— TASK INSTRUCTIONS —
Below is a listing; repeat exactly the lines from the one containing "v -3.536 3.536 56.5" to the one containing "v -2.222 -3.326 -64.5", both included.

— PROVIDED MATERIAL —
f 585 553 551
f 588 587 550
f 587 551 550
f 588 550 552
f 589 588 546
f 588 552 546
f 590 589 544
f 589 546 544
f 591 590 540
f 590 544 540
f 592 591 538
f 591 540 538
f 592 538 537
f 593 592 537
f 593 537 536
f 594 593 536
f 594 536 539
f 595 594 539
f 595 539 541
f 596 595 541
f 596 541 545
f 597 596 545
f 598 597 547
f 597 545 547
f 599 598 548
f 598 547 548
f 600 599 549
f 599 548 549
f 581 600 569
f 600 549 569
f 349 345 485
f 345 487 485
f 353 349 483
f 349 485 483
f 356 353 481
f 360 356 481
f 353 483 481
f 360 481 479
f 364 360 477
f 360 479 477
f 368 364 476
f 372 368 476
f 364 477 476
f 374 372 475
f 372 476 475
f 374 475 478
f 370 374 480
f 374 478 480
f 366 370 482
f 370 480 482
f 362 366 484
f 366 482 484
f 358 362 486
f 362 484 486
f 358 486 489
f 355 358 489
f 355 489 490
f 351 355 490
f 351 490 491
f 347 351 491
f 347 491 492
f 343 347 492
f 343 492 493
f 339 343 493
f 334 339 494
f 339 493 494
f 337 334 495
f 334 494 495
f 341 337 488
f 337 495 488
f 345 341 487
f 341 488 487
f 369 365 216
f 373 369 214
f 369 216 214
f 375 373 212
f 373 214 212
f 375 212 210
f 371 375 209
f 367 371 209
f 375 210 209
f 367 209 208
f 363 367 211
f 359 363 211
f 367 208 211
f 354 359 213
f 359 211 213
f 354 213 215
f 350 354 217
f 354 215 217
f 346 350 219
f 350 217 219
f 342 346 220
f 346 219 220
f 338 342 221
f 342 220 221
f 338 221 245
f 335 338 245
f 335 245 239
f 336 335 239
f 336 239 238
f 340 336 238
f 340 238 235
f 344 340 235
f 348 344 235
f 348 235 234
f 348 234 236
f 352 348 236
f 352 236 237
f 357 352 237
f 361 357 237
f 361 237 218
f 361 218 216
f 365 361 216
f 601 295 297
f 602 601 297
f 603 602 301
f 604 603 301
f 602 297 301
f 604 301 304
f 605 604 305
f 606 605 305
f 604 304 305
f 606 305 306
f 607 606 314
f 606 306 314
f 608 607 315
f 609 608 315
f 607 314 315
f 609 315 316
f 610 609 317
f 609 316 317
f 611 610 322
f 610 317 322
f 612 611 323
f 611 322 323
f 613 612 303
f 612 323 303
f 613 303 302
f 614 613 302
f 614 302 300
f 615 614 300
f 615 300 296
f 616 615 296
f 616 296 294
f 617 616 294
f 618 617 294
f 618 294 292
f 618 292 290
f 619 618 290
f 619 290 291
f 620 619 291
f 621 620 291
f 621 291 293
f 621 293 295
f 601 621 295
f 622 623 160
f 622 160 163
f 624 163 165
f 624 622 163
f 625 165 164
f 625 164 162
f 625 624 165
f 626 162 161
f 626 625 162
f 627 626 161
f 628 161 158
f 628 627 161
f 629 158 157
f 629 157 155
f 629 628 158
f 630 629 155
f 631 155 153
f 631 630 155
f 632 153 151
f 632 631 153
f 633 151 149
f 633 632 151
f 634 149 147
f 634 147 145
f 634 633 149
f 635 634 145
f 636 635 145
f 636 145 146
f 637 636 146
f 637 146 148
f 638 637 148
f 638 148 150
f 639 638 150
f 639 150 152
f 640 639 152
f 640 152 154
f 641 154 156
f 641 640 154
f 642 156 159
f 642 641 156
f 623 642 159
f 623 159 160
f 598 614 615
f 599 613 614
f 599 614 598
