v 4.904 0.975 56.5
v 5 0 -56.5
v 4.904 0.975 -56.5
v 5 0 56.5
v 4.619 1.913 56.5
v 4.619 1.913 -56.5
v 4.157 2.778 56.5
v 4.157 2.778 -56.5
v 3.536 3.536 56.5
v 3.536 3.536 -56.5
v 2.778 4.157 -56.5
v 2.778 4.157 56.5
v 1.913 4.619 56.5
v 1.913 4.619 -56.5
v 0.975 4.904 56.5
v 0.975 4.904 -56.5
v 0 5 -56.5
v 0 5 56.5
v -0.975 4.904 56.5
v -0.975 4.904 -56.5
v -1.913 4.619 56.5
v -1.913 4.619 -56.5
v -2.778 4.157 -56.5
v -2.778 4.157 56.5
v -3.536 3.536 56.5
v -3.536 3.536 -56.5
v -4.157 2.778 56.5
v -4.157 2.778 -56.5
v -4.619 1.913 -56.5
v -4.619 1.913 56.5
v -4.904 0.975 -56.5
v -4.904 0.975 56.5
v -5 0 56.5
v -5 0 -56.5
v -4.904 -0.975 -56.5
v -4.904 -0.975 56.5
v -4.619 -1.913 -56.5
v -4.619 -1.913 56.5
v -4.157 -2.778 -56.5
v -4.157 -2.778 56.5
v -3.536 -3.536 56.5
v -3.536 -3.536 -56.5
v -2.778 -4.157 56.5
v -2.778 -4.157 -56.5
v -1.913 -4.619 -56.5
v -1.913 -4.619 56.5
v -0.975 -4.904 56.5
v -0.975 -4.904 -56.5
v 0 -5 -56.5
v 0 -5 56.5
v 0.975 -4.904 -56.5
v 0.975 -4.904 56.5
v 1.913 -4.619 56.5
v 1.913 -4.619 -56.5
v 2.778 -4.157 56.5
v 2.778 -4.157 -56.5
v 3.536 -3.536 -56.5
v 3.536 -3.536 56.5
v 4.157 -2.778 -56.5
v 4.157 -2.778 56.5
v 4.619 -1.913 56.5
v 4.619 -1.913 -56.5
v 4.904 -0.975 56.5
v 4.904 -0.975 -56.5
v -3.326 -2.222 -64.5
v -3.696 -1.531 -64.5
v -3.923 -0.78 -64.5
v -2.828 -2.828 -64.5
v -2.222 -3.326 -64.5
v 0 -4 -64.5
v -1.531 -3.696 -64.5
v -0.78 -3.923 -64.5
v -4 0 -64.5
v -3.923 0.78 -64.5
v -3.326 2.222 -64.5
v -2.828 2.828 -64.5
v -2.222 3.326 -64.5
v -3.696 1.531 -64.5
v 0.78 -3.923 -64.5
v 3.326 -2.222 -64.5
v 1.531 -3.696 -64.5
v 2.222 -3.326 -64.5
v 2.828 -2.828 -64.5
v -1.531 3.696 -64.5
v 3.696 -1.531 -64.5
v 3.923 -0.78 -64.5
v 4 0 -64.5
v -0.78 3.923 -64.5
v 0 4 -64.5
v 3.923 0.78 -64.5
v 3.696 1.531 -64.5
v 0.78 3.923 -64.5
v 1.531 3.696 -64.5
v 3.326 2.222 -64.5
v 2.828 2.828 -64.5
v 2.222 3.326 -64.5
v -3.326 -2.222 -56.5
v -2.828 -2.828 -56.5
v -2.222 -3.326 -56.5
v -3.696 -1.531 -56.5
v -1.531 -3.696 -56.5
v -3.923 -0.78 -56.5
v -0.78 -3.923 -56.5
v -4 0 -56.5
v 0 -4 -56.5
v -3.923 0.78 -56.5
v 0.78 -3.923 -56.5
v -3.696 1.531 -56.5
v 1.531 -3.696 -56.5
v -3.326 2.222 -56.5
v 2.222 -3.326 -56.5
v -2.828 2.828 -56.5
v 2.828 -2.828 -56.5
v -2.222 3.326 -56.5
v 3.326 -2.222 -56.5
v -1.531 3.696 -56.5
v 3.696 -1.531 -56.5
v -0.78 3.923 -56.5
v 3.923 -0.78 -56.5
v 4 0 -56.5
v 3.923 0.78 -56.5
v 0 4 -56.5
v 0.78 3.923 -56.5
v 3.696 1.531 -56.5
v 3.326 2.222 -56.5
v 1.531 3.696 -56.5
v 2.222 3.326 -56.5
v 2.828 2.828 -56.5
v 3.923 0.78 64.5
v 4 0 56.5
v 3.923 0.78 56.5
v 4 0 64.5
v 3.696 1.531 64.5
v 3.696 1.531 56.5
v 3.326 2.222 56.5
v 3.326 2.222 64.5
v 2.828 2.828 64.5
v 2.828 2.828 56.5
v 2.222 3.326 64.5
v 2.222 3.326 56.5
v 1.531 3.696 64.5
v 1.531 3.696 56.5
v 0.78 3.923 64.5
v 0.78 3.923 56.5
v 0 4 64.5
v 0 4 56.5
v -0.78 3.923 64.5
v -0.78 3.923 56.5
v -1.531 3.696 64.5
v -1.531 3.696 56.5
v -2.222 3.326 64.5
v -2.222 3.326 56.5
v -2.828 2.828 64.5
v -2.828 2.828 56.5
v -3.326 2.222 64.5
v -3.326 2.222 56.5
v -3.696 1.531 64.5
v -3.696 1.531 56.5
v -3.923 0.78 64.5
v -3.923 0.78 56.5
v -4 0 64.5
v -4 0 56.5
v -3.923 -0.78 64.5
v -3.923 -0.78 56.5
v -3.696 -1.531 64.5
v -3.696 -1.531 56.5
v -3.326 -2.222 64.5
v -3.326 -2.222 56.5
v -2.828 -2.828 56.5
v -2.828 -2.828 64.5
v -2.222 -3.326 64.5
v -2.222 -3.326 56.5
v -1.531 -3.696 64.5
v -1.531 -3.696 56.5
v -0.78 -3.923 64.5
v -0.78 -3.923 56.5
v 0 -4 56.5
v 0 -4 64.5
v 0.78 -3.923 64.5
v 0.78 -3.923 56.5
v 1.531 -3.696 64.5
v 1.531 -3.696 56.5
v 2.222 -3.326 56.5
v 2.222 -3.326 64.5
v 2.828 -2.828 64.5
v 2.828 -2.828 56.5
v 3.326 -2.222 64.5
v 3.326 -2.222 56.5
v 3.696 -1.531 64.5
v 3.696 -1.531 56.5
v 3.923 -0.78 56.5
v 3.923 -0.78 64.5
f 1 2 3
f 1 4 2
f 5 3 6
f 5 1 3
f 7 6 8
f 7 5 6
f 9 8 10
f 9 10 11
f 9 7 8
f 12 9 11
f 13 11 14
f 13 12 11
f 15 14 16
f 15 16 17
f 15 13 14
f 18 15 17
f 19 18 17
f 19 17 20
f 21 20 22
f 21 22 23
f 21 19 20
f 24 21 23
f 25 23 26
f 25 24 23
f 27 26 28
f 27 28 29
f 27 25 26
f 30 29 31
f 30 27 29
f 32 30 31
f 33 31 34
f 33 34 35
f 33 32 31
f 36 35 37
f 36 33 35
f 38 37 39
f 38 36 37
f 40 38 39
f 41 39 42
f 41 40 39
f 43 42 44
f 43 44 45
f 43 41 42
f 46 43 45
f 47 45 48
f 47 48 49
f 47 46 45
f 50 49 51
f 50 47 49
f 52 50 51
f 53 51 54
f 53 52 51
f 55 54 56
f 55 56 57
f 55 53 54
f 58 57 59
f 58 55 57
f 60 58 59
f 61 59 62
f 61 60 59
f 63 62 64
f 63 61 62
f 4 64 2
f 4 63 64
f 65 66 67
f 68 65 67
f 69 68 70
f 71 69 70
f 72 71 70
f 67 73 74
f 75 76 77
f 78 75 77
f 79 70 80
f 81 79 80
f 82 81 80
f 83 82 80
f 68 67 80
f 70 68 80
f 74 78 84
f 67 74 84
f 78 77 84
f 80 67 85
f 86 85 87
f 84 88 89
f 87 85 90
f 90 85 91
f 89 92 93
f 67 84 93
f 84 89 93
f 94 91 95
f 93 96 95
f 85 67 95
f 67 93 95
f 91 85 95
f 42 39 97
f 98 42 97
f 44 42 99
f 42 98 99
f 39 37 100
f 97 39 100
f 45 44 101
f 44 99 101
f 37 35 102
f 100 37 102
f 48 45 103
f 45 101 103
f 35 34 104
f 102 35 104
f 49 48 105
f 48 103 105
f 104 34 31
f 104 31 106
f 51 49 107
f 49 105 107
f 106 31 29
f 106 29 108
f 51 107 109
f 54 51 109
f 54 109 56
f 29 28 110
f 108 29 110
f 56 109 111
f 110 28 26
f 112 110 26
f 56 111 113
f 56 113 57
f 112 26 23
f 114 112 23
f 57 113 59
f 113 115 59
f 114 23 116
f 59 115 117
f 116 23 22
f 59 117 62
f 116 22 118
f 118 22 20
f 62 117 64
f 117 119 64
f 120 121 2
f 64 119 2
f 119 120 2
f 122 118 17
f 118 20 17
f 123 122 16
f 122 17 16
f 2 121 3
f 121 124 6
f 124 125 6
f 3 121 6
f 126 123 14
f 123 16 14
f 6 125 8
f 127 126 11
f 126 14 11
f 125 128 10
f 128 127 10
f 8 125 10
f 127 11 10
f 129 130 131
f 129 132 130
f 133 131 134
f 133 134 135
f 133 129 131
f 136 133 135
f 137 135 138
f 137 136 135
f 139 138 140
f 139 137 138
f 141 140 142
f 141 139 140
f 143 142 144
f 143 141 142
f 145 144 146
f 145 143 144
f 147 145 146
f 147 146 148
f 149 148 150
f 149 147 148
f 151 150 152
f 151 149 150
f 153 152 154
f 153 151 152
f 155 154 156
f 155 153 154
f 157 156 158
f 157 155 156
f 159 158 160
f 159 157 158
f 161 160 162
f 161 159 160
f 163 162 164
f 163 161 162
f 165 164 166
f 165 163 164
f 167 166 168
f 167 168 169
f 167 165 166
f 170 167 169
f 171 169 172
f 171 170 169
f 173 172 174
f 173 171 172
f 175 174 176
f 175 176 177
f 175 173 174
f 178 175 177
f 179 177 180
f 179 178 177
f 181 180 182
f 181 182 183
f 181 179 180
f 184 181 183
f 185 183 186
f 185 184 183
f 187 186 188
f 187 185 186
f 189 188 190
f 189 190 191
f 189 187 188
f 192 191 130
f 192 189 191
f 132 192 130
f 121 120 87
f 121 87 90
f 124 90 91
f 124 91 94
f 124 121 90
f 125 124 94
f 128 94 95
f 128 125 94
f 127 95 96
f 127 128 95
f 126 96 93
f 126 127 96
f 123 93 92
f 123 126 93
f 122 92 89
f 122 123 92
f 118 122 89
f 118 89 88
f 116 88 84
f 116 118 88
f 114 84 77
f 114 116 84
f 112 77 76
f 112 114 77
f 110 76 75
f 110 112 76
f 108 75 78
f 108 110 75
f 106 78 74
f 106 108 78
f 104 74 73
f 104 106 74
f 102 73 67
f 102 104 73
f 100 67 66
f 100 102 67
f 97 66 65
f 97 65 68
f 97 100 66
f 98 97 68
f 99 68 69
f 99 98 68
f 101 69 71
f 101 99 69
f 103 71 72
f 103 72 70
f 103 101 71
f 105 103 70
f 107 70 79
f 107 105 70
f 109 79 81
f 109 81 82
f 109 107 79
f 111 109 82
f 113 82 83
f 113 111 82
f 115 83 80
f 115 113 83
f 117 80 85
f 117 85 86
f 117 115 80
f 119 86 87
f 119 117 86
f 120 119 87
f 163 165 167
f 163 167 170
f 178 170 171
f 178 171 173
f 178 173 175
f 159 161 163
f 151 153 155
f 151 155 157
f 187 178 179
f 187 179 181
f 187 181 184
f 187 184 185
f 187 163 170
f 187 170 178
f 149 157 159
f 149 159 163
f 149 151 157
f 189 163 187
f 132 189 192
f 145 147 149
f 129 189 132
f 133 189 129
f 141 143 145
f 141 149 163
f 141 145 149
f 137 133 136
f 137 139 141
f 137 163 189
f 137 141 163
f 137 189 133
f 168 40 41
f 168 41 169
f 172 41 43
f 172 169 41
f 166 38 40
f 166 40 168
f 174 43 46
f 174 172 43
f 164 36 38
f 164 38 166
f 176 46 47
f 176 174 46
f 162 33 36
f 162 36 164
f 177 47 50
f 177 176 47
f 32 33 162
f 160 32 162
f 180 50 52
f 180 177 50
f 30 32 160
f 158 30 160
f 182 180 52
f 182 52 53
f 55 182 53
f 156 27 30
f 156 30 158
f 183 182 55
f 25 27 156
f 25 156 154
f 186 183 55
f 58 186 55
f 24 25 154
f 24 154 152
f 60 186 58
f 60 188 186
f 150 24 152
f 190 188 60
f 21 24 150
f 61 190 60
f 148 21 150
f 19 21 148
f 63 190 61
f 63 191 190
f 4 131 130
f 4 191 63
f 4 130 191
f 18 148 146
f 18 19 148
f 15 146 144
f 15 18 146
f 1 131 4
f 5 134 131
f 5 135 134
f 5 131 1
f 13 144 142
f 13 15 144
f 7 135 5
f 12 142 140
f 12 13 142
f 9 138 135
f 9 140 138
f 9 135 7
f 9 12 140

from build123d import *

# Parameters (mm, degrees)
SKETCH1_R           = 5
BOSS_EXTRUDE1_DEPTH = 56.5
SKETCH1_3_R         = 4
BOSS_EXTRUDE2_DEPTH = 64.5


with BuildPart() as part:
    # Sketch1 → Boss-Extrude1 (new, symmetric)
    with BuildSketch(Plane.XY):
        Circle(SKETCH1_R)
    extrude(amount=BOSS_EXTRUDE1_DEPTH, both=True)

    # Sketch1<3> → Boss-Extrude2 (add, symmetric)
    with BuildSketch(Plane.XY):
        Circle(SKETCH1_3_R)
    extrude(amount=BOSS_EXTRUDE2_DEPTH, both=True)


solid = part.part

— RESPONSE FOR THIS EXERCISE —
v -3.536 3.536 56.5
v -3.536 3.536 -56.5
v -4.157 2.778 56.5
v -4.157 2.778 -56.5
v -4.619 1.913 -56.5
v -4.619 1.913 56.5
v -4.904 0.975 -56.5
v -4.904 0.975 56.5
v -5 0 56.5
v -5 0 -56.5
v -4.904 -0.975 -56.5
v -4.904 -0.975 56.5
v -4.619 -1.913 -56.5
v -4.619 -1.913 56.5
v -4.157 -2.778 -56.5
v -4.157 -2.778 56.5
v -3.536 -3.536 56.5
v -3.536 -3.536 -56.5
v -2.778 -4.157 56.5
v -2.778 -4.157 -56.5
v -1.913 -4.619 -56.5
v -1.913 -4.619 56.5
v -0.975 -4.904 56.5
v -0.975 -4.904 -56.5
v 0 -5 -56.5
v 0 -5 56.5
v 0.975 -4.904 -56.5
v 0.975 -4.904 56.5
v 1.913 -4.619 56.5
v 1.913 -4.619 -56.5
v 2.778 -4.157 56.5
v 2.778 -4.157 -56.5
v 3.536 -3.536 -56.5
v 3.536 -3.536 56.5
v 4.157 -2.778 -56.5
v 4.157 -2.778 56.5
v 4.619 -1.913 56.5
v 4.619 -1.913 -56.5
v 4.904 -0.975 56.5
v 4.904 -0.975 -56.5
v -3.326 -2.222 -64.5
v -3.696 -1.531 -64.5
v -3.923 -0.78 -64.5
v -2.828 -2.828 -64.5
v -2.222 -3.326 -64.5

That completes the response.